The Tron is "underperforming" and needs to halt its excessive overspending.

Hazel Phillips
Thu, 03 Mar 2011

“Underperforming” Hamilton city may be the city of the future, but it’s also the city of future debt.

The city council’s latest debt projection to June 2012 is $448 million and it must be reduced to a manageable level, according to the Property Council’s Waikato branch.

The Property Council believes Hamilton’s financial situation is perilous due to its “ballooning” debt levels, and in a policy manifesto released today calls for the council to take immediate action.

The Hamilton City Council needs to cut back its “excessive” overspending on non-core business services, sell some council-owned assets and lower development contributions.

The manifesto, Initiatives for Hamilton, recommends a plethora of changes to help Hamilton become the city of the future.

It is a public policy discussion document, made up of 16 recommendations for the city and region.

The Tron is on a rapid growth curve, with population projected to increase from 143,000 in 2010 to about 225,000 by 2044.

Property Council Waikato branch president Graham Dwyer said the council had relied too heavily on a proposed flow of development contributions to alleviate debt and provide infrastructure.

“The lingering effects of recession on the property industry, combined with council overspending and the interest costs on city debt is a recipe for a negative growth cycle, unable to cater for the increased infrastructure and services needed to meet the population growth projected for Hamilton,” Mr Dwyer said, also calling for a review of Hamilton’s rating system.

“A fair rating system is one that achieves balance between the individual and businesses that provide revenue and the cost of providing the services and provisions they need.
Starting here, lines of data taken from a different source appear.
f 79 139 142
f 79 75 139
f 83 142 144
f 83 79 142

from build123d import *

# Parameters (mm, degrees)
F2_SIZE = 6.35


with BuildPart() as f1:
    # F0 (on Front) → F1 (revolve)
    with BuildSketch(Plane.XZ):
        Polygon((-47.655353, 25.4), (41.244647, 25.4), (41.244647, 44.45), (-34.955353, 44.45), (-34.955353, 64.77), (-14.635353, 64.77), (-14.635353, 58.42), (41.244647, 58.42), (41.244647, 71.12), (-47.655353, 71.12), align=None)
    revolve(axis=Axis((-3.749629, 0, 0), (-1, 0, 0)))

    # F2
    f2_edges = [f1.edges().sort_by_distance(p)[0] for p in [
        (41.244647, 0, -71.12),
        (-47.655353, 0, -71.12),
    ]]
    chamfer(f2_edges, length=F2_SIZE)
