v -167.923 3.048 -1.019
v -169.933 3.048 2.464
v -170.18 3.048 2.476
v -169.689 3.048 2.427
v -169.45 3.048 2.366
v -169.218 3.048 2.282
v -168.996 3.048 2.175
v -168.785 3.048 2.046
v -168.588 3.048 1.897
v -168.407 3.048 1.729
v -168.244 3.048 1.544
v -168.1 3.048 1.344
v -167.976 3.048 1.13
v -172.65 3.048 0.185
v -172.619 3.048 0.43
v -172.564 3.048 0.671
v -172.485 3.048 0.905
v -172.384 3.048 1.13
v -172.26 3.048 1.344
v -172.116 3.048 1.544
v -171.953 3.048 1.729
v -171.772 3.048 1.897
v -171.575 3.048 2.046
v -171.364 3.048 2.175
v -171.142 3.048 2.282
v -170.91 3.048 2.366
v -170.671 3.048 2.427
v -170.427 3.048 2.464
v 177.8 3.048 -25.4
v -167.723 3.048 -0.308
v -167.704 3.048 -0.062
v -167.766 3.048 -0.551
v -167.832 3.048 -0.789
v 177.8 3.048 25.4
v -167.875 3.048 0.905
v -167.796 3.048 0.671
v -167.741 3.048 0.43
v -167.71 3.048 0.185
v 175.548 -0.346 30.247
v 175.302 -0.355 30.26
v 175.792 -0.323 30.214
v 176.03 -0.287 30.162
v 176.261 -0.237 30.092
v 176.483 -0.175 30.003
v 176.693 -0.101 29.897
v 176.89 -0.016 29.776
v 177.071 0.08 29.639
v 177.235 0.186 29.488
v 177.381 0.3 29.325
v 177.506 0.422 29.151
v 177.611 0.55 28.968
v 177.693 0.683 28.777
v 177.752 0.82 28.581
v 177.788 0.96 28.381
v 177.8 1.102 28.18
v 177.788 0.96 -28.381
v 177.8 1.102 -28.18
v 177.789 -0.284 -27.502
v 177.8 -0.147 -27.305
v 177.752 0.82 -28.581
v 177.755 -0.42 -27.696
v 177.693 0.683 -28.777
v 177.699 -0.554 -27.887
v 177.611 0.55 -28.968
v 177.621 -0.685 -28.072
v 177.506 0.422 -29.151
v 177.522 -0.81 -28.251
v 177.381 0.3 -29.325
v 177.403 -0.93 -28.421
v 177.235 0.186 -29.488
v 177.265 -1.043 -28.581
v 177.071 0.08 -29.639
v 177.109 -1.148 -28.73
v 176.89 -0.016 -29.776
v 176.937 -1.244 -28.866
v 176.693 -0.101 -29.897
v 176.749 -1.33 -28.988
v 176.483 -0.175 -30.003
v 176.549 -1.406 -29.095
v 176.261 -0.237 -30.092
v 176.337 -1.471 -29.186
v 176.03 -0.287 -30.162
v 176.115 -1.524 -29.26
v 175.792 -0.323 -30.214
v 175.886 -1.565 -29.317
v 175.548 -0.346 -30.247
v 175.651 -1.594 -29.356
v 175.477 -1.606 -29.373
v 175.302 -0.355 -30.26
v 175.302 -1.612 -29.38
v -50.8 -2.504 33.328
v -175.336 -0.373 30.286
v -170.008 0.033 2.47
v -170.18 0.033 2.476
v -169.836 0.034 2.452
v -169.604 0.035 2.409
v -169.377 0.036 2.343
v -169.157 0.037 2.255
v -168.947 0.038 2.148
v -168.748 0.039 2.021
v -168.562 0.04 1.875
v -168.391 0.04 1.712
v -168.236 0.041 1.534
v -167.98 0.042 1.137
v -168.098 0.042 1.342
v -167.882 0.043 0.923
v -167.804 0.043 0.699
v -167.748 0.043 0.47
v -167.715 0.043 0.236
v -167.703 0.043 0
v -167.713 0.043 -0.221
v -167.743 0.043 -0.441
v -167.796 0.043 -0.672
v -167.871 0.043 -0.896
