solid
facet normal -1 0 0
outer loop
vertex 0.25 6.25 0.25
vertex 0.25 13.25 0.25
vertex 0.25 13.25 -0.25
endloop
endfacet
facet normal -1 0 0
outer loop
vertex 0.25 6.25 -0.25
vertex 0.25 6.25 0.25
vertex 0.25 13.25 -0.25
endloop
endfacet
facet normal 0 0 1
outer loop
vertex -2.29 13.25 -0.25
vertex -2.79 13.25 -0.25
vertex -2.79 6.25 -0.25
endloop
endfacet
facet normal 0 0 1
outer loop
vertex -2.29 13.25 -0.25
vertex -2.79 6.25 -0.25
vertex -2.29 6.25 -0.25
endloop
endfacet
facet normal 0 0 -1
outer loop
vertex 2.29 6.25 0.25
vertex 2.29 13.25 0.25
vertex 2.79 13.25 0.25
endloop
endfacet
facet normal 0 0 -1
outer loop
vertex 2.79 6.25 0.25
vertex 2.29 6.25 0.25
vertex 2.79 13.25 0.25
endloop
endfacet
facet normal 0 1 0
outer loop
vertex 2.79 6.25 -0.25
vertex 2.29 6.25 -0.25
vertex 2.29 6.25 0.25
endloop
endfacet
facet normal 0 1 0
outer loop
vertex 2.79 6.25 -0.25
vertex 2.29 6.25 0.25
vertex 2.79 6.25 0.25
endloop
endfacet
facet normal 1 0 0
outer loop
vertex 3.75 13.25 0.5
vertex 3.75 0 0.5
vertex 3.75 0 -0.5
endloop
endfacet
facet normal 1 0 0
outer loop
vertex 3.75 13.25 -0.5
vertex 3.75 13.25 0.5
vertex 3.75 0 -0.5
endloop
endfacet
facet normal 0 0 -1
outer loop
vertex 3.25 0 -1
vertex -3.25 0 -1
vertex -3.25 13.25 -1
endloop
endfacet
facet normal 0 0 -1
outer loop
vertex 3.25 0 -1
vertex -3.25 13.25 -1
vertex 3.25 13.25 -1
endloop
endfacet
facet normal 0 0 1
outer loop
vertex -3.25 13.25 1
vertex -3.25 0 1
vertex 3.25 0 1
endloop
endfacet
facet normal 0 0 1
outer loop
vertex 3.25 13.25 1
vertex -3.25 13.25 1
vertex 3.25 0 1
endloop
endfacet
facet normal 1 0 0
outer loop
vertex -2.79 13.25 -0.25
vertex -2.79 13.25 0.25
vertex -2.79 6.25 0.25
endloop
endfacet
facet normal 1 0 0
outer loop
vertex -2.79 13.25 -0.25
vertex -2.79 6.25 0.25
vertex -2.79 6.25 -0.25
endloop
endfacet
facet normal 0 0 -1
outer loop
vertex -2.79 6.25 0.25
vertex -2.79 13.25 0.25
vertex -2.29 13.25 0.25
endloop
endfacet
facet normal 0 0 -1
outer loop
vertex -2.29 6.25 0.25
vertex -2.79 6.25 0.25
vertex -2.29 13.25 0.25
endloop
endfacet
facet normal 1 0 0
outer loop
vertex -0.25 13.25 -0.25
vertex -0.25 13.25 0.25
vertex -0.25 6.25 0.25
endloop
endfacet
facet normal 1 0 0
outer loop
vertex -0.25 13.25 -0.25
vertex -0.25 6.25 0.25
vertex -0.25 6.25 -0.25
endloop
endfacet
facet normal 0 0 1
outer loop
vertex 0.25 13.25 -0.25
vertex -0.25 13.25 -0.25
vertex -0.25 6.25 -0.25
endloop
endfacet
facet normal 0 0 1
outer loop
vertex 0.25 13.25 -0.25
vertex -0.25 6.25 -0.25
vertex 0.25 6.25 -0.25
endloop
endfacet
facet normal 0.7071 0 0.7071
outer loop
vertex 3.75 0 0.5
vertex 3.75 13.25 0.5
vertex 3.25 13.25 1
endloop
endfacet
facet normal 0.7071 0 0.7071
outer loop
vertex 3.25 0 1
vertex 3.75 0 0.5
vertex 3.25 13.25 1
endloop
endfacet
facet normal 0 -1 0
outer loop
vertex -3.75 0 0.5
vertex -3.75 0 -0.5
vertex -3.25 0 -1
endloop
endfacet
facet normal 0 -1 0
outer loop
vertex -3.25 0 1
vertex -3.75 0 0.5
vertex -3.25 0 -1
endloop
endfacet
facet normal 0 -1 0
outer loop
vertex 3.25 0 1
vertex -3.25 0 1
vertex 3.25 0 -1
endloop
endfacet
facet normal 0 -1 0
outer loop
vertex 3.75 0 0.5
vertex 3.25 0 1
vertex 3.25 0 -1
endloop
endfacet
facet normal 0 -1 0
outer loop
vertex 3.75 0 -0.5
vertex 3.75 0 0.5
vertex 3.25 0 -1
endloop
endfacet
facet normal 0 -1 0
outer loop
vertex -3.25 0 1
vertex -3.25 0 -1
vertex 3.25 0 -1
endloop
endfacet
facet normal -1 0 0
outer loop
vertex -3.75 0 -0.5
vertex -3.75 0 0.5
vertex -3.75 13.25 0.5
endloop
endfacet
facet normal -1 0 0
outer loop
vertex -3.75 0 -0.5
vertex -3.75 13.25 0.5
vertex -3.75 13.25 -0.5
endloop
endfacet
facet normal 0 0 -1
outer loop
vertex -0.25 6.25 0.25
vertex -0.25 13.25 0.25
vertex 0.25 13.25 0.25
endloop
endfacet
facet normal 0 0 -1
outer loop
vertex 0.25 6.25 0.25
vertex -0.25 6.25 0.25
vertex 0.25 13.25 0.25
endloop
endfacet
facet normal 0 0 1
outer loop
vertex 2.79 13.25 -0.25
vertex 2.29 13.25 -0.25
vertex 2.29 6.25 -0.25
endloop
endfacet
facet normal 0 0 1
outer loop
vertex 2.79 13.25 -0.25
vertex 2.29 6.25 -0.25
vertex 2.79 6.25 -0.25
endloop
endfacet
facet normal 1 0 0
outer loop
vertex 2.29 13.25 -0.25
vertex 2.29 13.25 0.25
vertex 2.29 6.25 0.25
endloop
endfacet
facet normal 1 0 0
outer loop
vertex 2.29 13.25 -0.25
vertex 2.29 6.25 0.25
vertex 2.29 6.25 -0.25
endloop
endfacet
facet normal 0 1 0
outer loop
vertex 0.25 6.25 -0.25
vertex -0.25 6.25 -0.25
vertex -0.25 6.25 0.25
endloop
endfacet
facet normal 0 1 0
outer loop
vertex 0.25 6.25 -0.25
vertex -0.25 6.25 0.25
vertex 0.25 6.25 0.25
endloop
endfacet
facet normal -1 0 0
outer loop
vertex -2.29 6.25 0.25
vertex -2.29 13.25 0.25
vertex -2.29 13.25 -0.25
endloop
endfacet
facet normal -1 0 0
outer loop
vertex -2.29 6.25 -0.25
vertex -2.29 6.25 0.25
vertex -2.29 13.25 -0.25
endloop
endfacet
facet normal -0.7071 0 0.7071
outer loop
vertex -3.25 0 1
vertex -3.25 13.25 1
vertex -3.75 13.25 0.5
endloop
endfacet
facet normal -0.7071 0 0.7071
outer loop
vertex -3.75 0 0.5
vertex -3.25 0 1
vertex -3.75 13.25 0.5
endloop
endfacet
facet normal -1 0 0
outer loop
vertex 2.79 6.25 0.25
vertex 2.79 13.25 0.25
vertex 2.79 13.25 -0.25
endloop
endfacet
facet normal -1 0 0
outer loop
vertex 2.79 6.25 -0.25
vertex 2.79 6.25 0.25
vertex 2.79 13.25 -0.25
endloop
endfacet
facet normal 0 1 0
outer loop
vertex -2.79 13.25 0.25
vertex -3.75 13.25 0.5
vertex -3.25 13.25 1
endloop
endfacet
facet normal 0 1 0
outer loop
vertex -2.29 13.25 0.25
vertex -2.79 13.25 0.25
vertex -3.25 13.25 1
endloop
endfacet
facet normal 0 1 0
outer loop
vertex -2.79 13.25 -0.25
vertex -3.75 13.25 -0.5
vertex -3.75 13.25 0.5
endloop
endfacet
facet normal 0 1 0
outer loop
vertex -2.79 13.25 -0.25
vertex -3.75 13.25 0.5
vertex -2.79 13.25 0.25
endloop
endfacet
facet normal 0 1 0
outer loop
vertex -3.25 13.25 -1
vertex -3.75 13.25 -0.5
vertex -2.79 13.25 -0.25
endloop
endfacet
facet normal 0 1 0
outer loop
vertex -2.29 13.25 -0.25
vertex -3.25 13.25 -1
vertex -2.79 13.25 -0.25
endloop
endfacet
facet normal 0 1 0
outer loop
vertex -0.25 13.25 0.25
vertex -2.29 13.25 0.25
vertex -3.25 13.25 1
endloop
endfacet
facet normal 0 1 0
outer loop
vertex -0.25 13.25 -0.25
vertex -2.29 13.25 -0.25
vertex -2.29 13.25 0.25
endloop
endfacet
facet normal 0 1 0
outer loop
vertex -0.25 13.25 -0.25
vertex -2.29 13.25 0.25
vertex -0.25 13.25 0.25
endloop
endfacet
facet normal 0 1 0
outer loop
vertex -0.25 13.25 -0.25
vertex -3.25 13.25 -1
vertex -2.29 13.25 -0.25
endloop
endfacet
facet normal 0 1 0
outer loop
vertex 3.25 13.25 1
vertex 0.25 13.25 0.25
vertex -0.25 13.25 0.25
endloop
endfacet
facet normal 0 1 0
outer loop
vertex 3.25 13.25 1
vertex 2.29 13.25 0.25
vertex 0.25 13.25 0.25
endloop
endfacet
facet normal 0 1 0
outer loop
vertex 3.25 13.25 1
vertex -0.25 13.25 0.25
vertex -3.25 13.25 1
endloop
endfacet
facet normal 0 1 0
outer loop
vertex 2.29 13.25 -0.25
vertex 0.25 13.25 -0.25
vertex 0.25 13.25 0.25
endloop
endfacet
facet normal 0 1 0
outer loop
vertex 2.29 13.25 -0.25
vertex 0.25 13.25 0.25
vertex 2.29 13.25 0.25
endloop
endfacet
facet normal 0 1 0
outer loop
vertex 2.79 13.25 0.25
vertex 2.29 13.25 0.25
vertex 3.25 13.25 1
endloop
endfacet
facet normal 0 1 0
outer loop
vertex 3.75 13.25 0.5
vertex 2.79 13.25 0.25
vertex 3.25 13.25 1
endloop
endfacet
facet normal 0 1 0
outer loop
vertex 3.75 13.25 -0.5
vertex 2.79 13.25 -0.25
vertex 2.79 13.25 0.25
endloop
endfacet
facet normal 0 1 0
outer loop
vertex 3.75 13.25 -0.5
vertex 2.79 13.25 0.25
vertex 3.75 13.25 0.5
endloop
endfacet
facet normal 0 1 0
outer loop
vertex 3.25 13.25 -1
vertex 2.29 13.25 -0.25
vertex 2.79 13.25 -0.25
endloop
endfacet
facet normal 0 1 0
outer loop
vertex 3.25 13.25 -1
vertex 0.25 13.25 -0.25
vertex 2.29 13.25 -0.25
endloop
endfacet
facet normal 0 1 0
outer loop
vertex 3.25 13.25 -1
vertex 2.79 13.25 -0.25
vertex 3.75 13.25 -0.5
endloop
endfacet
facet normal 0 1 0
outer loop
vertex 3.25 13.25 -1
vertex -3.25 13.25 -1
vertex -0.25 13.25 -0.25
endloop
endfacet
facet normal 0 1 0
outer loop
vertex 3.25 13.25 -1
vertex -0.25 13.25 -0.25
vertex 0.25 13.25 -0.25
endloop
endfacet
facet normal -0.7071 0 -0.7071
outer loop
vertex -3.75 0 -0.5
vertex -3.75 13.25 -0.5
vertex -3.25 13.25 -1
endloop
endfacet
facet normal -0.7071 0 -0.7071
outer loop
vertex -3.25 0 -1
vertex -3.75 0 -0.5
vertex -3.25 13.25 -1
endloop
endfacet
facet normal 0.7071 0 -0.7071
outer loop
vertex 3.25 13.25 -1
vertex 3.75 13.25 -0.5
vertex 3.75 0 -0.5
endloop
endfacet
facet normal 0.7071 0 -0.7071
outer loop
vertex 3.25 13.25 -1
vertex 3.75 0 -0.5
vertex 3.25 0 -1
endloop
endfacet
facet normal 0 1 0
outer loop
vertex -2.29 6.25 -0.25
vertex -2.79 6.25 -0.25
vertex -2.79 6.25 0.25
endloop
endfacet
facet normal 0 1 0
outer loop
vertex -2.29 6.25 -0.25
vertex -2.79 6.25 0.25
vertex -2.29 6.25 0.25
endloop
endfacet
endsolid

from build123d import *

# Parameters (mm, degrees)
SKETCH_1_W          = 7.5
SKETCH_1_H          = 2
EXTRUDE_1_DEPTH     = 13.25
CUT_EXTRUDE_START   = 13.25
SKETCH_2_W          = 0.5
SKETCH_2_H          = 0.5
CUT_EXTRUDE_1_DEPTH = 7
CUT_EXTRUDE_2_DEPTH = 14.806701271


with BuildPart() as part:
    # 草图1 → 凸台-拉伸1 (new body)
    with BuildSketch(Plane(origin=(0, 0, 0), x_dir=(1, 0, 0), z_dir=(0, 1, 0))):
        Rectangle(SKETCH_1_W, SKETCH_1_H)
    extrude(amount=EXTRUDE_1_DEPTH)

    # 草图2 → 切除-拉伸1 (cut)
    with BuildSketch(Plane(origin=(0, 0, 0), x_dir=(1, 0, 0), z_dir=(0, 1, 0)).offset(CUT_EXTRUDE_START)):
        with Locations((2.54, 0)):
            Rectangle(SKETCH_2_W, SKETCH_2_H)
        Rectangle(SKETCH_2_W, SKETCH_2_H)
        with Locations((-2.54, 0)):
            Rectangle(SKETCH_2_W, SKETCH_2_H)
    extrude(amount=-CUT_EXTRUDE_1_DEPTH, mode=Mode.SUBTRACT)

    # 草图3 → 切除-拉伸2 (cut, through all)
    with BuildSketch(Plane(origin=(0, 0, 0), x_dir=(1, 0, 0), z_dir=(0, 1, 0))):
        Polygon((-3.25, -1), (-3.75, -0.5), (-3.75, -1), align=None)
        Polygon((-3.75, 0.5), (-3.25, 1), (-3.75, 1), align=None)
        Polygon((3.75, -0.5), (3.25, -1), (3.75, -1), align=None)
        Polygon((3.25, 1), (3.75, 1), (3.75, 0.5), align=None)
    extrude(amount=CUT_EXTRUDE_2_DEPTH, mode=Mode.SUBTRACT)


solid = part.part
Those that use those services must pay their fair share.”

Hamilton, the super city

Mr Dwyer said Hamilton needed to amalgamate in the style of Auckland’s super city unitary council.

Amalgamation would help maintain a comparatively strong regional economy and counter the economic dynamism of Auckland.
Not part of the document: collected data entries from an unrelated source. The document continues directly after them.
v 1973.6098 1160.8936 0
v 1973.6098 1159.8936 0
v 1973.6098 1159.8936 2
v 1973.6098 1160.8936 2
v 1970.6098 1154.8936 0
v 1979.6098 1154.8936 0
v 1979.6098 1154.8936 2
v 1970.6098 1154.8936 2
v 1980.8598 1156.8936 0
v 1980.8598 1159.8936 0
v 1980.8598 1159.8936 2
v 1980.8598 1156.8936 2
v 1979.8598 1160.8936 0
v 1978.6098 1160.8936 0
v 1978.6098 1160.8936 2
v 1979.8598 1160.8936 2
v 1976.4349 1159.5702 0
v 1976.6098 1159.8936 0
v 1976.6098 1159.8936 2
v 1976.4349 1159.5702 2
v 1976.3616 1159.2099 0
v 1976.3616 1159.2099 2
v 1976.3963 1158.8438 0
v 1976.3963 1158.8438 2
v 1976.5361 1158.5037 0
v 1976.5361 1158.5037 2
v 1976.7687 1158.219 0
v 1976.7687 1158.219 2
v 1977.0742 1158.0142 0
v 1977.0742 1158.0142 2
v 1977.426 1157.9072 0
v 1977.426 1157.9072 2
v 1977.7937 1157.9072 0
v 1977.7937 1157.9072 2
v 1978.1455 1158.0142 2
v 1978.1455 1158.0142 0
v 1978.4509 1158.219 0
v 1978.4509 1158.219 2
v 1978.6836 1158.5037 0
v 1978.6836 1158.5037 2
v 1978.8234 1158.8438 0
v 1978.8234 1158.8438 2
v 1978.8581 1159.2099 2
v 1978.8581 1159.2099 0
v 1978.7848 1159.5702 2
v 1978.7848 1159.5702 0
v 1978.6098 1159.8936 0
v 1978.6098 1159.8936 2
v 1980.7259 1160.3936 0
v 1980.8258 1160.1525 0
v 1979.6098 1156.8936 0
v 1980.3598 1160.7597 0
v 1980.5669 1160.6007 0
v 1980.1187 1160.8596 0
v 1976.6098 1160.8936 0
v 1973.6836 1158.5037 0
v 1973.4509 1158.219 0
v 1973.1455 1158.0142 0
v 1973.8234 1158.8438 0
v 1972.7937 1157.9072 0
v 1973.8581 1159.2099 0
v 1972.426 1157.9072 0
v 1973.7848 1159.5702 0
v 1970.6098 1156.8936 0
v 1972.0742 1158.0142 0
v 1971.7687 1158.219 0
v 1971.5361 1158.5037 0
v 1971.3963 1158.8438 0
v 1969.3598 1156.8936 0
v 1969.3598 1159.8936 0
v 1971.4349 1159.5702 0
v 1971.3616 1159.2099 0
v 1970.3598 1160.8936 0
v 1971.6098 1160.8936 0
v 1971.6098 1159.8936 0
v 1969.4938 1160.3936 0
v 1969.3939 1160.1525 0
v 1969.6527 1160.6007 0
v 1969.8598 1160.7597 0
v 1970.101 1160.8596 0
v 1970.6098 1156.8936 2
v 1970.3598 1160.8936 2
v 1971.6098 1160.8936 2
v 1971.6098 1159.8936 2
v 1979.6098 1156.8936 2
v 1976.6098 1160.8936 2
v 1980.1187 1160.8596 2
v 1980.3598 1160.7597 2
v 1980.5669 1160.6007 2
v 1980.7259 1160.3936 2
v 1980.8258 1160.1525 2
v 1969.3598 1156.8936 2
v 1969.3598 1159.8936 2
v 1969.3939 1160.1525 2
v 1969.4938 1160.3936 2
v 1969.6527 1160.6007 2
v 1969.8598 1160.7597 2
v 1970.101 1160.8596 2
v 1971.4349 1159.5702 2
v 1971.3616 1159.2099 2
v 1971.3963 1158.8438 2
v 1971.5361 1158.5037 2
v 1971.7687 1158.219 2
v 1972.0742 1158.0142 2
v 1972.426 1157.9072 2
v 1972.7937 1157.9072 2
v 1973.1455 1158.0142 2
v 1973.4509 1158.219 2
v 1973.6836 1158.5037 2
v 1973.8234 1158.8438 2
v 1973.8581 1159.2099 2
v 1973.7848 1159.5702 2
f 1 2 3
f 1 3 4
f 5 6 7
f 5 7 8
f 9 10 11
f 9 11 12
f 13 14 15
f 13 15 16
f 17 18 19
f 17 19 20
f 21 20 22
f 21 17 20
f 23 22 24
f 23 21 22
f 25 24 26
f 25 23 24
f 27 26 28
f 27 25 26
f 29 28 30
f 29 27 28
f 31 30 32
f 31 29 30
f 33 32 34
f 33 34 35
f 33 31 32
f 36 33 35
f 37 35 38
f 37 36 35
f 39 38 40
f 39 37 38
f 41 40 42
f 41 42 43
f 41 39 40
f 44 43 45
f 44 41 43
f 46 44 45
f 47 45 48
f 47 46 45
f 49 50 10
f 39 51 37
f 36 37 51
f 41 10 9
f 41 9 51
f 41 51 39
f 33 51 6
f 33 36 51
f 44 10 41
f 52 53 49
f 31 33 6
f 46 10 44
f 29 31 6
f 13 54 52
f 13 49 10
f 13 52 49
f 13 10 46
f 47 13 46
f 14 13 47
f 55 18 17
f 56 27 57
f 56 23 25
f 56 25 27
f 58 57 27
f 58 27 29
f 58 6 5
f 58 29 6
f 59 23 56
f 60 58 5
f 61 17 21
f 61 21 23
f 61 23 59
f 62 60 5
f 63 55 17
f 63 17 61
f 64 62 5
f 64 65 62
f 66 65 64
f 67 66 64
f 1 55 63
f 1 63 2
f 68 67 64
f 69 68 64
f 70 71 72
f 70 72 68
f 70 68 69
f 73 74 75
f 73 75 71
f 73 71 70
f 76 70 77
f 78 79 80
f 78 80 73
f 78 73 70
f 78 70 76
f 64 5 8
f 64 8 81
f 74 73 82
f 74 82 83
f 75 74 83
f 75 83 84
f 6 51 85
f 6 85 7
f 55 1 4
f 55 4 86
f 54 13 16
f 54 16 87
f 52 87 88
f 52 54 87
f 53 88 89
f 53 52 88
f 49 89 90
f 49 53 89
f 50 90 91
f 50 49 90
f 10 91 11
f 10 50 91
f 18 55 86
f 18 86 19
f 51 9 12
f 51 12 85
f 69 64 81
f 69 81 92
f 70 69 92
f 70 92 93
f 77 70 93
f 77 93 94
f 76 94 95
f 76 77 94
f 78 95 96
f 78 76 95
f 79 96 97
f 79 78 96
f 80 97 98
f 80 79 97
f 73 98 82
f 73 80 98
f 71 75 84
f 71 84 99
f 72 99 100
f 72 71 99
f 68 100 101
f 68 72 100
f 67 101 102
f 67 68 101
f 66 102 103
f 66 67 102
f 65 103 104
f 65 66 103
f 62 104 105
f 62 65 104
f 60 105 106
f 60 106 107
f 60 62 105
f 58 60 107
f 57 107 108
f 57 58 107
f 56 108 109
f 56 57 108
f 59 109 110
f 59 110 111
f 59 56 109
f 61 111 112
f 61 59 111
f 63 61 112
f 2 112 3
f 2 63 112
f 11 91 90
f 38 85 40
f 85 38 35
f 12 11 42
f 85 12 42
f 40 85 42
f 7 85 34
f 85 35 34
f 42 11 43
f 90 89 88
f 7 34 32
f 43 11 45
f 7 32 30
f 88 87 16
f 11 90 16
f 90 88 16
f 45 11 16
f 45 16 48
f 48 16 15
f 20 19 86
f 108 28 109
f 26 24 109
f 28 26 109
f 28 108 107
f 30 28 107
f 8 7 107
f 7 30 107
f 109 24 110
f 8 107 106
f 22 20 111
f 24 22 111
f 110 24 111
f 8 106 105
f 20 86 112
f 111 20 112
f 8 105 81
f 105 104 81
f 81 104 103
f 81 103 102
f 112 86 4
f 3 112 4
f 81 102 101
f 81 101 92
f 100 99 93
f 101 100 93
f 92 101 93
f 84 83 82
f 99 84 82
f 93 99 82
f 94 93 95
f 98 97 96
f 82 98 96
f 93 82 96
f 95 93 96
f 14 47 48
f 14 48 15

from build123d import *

# Parameters (mm, degrees)
BOSS_EXTRUDE1_DEPTH = 2


with BuildPart() as part:
    # Model → Boss-Extrude1 (new body)
    with BuildSketch(Plane.XY):
        with BuildLine():
            Line((1971.609841287, 1160.893641222), (1971.609841287, 1159.893641222))
            ThreePointArc((1971.609841287, 1159.893641222), (1972.609841287, 1157.893641222), (1973.609841287, 1159.893641222))
            Line((1973.609841287, 1159.893641222), (1973.609841287, 1160.893641222))
            Line((1973.609841287, 1160.893641222), (1976.609841287, 1160.893641222))
            Line((1976.609841287, 1160.893641222), (1976.609841287, 1159.893641222))
            ThreePointArc((1976.609841287, 1159.893641222), (1977.609841287, 1157.893641222), (1978.609841287, 1159.893641222))
            Line((1978.609841287, 1159.893641222), (1978.609841287, 1160.893641222))
            Line((1978.609841287, 1160.893641222), (1979.859841287, 1160.893641222))
            ThreePointArc((1979.859841287, 1160.893641222), (1980.566948068, 1160.600748003), (1980.859841287, 1159.893641222))
            Line((1980.859841287, 1159.893641222), (1980.859841287, 1156.893641222))
            Line((1980.859841287, 1156.893641222), (1979.609841287, 1156.893641222))
            Line((1979.609841287, 1156.893641222), (1979.609841287, 1154.893641222))
            Line((1979.609841287, 1154.893641222), (1970.609841287, 1154.893641222))
            Line((1970.609841287, 1154.893641222), (1970.609841287, 1156.893641222))
            Line((1970.609841287, 1156.893641222), (1969.359841287, 1156.893641222))
            Line((1969.359841287, 1156.893641222), (1969.359841287, 1159.893641222))
            ThreePointArc((1969.359841287, 1159.893641222), (1969.652734505, 1160.600748003), (1970.359841287, 1160.893641222))
            Line((1970.359841287, 1160.893641222), (1971.609841287, 1160.893641222))
        make_face()
    extrude(amount=BOSS_EXTRUDE1_DEPTH)


solid = part.part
“If we ignore the super city, we risk standing still while Auckland leaves the rest of New Zealand in its wake,” he said.

“We have always successfully competed against a divided Auckland, but Hamilton and other districts will struggle to attract people and capital against an Auckland that is no longer hamstrung by cross-council litigation and boundary squabbles.”

Other recommendations

The paper also recommends a district plan that encourages sustainable and affordable growth to help revitalise the CBD, with guiding principles that would provide certainty, yet flexibility.

“Hamilton and the wider sub-region need a sensible spatial plan to clarify growth and development nodes across the city, which will provide for economic growth and affordable housing opportunities.

“There is no doubt that Hamilton is underperforming.”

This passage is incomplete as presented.